§ Problem details:
Copy, word for word, each line of the data below from the first through the line containing "v 1.1314 -1.1314 0.39", and stop there.

§ Items from a data source:

******************************

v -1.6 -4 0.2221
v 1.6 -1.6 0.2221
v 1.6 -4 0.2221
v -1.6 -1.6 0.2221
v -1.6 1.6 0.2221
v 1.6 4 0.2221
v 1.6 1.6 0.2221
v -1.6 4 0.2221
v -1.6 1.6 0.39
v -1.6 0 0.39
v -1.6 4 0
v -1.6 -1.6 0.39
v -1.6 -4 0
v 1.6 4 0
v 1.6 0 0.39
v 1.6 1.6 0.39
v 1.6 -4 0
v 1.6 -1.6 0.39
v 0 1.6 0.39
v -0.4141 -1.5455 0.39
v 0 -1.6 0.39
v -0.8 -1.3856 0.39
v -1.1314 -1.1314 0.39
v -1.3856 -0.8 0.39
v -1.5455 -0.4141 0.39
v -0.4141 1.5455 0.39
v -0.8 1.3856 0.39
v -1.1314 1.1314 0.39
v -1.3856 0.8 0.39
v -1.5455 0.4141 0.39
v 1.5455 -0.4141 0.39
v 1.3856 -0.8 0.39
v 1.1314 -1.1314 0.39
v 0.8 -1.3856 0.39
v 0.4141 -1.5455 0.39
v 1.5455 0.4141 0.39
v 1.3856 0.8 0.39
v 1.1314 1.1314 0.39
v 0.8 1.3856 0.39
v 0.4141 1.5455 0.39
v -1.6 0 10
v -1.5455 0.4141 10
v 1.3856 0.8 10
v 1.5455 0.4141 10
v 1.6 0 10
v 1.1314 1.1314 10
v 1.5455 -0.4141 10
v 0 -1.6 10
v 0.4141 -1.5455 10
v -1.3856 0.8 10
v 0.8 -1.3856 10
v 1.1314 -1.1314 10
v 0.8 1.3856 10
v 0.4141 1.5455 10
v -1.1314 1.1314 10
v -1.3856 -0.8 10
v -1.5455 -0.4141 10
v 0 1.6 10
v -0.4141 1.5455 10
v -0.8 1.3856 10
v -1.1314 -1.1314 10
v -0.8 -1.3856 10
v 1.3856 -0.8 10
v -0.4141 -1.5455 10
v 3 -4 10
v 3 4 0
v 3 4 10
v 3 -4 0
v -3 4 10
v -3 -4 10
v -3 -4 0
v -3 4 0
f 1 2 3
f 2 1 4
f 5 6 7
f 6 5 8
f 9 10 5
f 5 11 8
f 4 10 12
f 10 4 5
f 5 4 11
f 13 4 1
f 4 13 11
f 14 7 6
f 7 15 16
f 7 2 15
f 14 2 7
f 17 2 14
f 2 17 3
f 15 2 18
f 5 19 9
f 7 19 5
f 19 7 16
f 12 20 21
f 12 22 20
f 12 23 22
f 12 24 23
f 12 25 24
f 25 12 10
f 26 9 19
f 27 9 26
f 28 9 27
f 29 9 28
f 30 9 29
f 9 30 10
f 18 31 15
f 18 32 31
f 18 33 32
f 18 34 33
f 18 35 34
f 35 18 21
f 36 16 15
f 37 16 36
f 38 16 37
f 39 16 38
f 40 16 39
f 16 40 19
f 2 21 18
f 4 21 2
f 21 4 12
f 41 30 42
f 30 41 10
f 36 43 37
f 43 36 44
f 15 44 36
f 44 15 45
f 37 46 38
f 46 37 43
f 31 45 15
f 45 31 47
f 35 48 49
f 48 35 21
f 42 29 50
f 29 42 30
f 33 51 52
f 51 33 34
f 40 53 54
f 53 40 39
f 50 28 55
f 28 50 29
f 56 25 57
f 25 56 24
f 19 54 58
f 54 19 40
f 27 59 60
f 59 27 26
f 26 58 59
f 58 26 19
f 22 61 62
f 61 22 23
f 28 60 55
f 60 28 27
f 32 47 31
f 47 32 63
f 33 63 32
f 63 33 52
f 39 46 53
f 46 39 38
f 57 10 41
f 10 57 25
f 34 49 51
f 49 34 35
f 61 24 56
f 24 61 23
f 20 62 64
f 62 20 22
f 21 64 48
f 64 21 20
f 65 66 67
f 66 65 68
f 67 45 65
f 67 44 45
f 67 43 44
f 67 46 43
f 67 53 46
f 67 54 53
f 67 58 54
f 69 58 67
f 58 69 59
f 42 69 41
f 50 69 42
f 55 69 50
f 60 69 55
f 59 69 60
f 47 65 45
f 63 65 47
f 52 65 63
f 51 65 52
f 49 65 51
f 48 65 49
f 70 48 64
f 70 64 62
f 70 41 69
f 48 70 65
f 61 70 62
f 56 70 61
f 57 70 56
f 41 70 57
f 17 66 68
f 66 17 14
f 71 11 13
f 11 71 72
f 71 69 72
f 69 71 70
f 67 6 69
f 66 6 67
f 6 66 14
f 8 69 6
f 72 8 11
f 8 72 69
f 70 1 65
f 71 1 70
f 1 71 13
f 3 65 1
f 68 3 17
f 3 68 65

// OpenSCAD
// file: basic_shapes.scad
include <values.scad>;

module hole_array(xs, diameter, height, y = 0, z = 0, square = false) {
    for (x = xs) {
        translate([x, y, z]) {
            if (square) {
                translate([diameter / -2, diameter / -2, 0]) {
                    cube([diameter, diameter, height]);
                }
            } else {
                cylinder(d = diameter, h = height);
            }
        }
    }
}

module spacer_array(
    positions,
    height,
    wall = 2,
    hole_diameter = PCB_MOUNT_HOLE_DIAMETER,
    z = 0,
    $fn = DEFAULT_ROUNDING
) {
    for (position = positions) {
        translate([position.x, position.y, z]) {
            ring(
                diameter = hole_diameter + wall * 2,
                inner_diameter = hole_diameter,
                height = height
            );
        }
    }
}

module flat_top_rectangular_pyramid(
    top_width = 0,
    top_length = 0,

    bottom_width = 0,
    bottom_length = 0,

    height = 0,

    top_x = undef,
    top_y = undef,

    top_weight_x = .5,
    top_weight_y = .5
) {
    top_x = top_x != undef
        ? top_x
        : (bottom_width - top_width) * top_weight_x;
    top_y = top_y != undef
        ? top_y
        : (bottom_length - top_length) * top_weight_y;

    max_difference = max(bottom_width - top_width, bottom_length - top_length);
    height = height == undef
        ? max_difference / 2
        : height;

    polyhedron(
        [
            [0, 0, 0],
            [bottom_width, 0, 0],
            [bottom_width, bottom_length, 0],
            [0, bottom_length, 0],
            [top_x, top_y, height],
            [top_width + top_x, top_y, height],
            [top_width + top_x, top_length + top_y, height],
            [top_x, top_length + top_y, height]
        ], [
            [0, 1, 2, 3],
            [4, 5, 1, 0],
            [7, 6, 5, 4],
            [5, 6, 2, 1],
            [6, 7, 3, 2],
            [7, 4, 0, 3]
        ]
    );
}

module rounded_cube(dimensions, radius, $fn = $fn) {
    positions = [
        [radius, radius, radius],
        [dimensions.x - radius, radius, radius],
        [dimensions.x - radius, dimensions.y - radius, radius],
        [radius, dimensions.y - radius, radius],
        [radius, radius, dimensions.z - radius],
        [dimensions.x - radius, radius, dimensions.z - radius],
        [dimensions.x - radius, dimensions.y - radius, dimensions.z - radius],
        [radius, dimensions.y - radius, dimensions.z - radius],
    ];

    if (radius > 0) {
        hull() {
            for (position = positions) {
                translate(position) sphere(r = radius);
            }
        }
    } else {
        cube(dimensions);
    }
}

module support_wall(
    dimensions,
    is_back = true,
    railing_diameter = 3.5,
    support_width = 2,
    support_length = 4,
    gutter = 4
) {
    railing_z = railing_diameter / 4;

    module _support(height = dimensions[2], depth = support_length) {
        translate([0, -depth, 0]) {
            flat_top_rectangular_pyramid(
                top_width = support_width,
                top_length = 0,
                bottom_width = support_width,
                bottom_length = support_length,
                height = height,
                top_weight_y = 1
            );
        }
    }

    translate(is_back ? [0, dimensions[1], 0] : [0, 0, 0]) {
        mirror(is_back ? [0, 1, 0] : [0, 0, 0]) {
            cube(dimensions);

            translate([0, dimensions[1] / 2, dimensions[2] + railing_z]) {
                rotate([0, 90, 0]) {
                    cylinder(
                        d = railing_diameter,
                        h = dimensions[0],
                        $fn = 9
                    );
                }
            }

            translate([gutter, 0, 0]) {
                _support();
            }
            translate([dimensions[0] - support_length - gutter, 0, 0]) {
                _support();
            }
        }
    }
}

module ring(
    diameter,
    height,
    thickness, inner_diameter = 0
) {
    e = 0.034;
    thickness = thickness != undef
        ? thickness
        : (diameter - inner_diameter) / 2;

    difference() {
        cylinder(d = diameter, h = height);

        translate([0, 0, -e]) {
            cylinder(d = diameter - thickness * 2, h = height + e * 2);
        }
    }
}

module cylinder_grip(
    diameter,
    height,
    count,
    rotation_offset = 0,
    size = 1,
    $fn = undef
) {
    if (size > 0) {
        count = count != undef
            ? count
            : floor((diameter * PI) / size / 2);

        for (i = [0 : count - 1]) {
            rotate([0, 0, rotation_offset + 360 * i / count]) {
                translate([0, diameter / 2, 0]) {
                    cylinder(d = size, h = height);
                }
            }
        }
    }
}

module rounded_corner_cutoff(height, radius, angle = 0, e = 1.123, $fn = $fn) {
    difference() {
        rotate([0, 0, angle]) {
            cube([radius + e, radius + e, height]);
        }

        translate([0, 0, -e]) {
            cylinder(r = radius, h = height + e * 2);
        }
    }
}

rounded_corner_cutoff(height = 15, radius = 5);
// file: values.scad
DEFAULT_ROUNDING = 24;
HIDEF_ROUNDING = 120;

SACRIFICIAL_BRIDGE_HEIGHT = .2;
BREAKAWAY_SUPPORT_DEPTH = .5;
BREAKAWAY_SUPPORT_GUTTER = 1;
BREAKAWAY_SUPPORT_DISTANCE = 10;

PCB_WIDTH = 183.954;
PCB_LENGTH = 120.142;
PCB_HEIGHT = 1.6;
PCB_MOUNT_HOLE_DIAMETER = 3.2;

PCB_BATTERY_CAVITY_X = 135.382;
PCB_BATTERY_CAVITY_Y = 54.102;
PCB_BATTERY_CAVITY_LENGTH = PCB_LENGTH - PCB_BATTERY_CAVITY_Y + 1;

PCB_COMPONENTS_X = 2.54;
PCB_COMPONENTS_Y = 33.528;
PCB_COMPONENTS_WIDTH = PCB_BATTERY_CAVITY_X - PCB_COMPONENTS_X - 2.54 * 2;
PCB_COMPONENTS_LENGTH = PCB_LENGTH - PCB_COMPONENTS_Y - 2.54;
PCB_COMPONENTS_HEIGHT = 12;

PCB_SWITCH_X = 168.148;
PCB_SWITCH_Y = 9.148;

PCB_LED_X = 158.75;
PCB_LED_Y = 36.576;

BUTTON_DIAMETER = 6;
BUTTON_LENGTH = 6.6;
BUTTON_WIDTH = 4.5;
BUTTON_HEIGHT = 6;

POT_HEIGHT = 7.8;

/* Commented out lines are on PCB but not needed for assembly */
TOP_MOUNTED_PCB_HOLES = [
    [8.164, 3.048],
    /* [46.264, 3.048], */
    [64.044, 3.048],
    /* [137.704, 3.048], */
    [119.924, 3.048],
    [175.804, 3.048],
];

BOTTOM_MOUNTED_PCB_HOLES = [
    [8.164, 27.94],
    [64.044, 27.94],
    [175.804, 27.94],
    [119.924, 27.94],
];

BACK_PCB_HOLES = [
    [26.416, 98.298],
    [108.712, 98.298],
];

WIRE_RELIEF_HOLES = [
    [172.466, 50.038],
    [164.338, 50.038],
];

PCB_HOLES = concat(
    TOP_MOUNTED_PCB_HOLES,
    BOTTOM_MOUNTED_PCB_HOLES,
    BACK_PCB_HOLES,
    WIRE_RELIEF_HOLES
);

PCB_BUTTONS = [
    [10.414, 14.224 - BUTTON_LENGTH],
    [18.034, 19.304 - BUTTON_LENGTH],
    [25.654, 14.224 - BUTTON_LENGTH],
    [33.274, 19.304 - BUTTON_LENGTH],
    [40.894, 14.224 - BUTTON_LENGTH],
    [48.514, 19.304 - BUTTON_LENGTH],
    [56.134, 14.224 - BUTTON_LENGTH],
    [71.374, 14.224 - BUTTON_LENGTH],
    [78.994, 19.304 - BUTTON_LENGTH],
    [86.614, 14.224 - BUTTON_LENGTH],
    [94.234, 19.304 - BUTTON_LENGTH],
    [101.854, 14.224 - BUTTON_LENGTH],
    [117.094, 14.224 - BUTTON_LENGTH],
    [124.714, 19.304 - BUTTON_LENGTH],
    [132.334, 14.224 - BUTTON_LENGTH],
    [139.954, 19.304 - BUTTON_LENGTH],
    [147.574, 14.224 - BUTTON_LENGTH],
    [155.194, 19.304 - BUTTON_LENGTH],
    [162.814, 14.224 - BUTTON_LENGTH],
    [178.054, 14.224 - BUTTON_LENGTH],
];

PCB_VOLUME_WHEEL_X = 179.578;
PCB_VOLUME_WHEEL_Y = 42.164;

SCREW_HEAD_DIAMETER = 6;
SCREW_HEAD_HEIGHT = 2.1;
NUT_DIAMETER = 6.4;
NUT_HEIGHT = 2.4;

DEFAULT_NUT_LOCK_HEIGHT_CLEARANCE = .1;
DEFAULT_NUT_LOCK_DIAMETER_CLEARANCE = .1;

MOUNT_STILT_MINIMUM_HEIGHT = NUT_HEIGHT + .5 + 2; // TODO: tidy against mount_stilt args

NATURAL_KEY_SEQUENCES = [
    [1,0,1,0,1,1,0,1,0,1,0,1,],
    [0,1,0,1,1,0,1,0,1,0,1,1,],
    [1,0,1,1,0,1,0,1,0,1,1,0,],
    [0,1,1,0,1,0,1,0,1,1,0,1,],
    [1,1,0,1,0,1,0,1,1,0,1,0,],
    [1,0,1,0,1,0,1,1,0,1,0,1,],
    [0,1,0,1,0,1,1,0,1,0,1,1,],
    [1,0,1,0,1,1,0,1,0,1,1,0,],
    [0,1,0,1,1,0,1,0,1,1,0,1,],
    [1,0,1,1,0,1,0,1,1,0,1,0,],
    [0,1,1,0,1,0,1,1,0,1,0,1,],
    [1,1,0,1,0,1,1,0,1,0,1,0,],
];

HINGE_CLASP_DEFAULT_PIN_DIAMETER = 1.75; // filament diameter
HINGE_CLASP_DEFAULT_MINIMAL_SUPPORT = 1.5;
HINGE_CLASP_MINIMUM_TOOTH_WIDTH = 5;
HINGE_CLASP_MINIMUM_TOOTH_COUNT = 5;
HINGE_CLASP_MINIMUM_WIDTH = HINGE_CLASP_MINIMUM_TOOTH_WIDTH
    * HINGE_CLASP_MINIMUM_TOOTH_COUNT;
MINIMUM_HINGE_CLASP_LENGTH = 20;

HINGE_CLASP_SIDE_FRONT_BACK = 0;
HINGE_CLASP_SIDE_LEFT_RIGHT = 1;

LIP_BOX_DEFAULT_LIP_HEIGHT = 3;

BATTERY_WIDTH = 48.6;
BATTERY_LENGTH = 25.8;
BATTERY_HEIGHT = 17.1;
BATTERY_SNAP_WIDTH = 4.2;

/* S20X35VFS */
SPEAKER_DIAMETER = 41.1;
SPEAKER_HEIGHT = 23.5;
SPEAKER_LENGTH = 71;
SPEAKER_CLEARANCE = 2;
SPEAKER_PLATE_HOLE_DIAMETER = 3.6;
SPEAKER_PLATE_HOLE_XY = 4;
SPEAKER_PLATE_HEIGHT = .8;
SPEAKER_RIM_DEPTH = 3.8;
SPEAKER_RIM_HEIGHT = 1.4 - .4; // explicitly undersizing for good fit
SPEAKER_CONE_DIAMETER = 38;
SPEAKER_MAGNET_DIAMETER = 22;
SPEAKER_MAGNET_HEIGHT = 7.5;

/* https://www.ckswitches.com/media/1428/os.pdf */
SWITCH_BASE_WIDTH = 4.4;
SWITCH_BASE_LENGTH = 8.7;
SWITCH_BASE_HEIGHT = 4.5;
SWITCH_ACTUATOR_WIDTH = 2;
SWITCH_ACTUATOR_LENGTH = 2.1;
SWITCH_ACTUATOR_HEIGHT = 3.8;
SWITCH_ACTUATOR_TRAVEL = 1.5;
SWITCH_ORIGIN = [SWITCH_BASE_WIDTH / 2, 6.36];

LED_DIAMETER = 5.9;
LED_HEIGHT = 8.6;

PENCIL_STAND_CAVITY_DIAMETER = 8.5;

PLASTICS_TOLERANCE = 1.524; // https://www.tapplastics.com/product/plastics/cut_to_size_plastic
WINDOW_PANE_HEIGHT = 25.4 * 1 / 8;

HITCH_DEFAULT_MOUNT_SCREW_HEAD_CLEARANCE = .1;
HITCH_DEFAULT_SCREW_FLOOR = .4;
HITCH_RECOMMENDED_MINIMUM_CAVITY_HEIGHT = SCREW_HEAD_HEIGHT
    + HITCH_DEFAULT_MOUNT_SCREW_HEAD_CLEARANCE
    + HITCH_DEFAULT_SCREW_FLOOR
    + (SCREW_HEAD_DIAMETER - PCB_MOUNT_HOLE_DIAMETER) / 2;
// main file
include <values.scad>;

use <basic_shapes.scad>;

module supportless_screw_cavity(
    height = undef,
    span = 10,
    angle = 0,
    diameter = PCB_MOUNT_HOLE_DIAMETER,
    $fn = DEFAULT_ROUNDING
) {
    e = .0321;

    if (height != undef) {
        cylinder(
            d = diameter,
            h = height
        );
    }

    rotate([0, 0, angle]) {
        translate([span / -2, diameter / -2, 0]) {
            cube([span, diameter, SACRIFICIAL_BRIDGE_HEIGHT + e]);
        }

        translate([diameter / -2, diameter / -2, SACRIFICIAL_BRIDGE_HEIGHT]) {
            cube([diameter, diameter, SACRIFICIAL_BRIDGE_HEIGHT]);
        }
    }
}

******************************

§ Solution to this exercise:
v -1.6 -4 0.2221
v 1.6 -1.6 0.2221
v 1.6 -4 0.2221
v -1.6 -1.6 0.2221
v -1.6 1.6 0.2221
v 1.6 4 0.2221
v 1.6 1.6 0.2221
v -1.6 4 0.2221
v -1.6 1.6 0.39
v -1.6 0 0.39
v -1.6 4 0
v -1.6 -1.6 0.39
v -1.6 -4 0
v 1.6 4 0
v 1.6 0 0.39
v 1.6 1.6 0.39
v 1.6 -4 0
v 1.6 -1.6 0.39
v 0 1.6 0.39
v -0.4141 -1.5455 0.39
v 0 -1.6 0.39
v -0.8 -1.3856 0.39
v -1.1314 -1.1314 0.39
v -1.3856 -0.8 0.39
v -1.5455 -0.4141 0.39
v -0.4141 1.5455 0.39
v -0.8 1.3856 0.39
v -1.1314 1.1314 0.39
v -1.3856 0.8 0.39
v -1.5455 0.4141 0.39
v 1.5455 -0.4141 0.39
v 1.3856 -0.8 0.39
v 1.1314 -1.1314 0.39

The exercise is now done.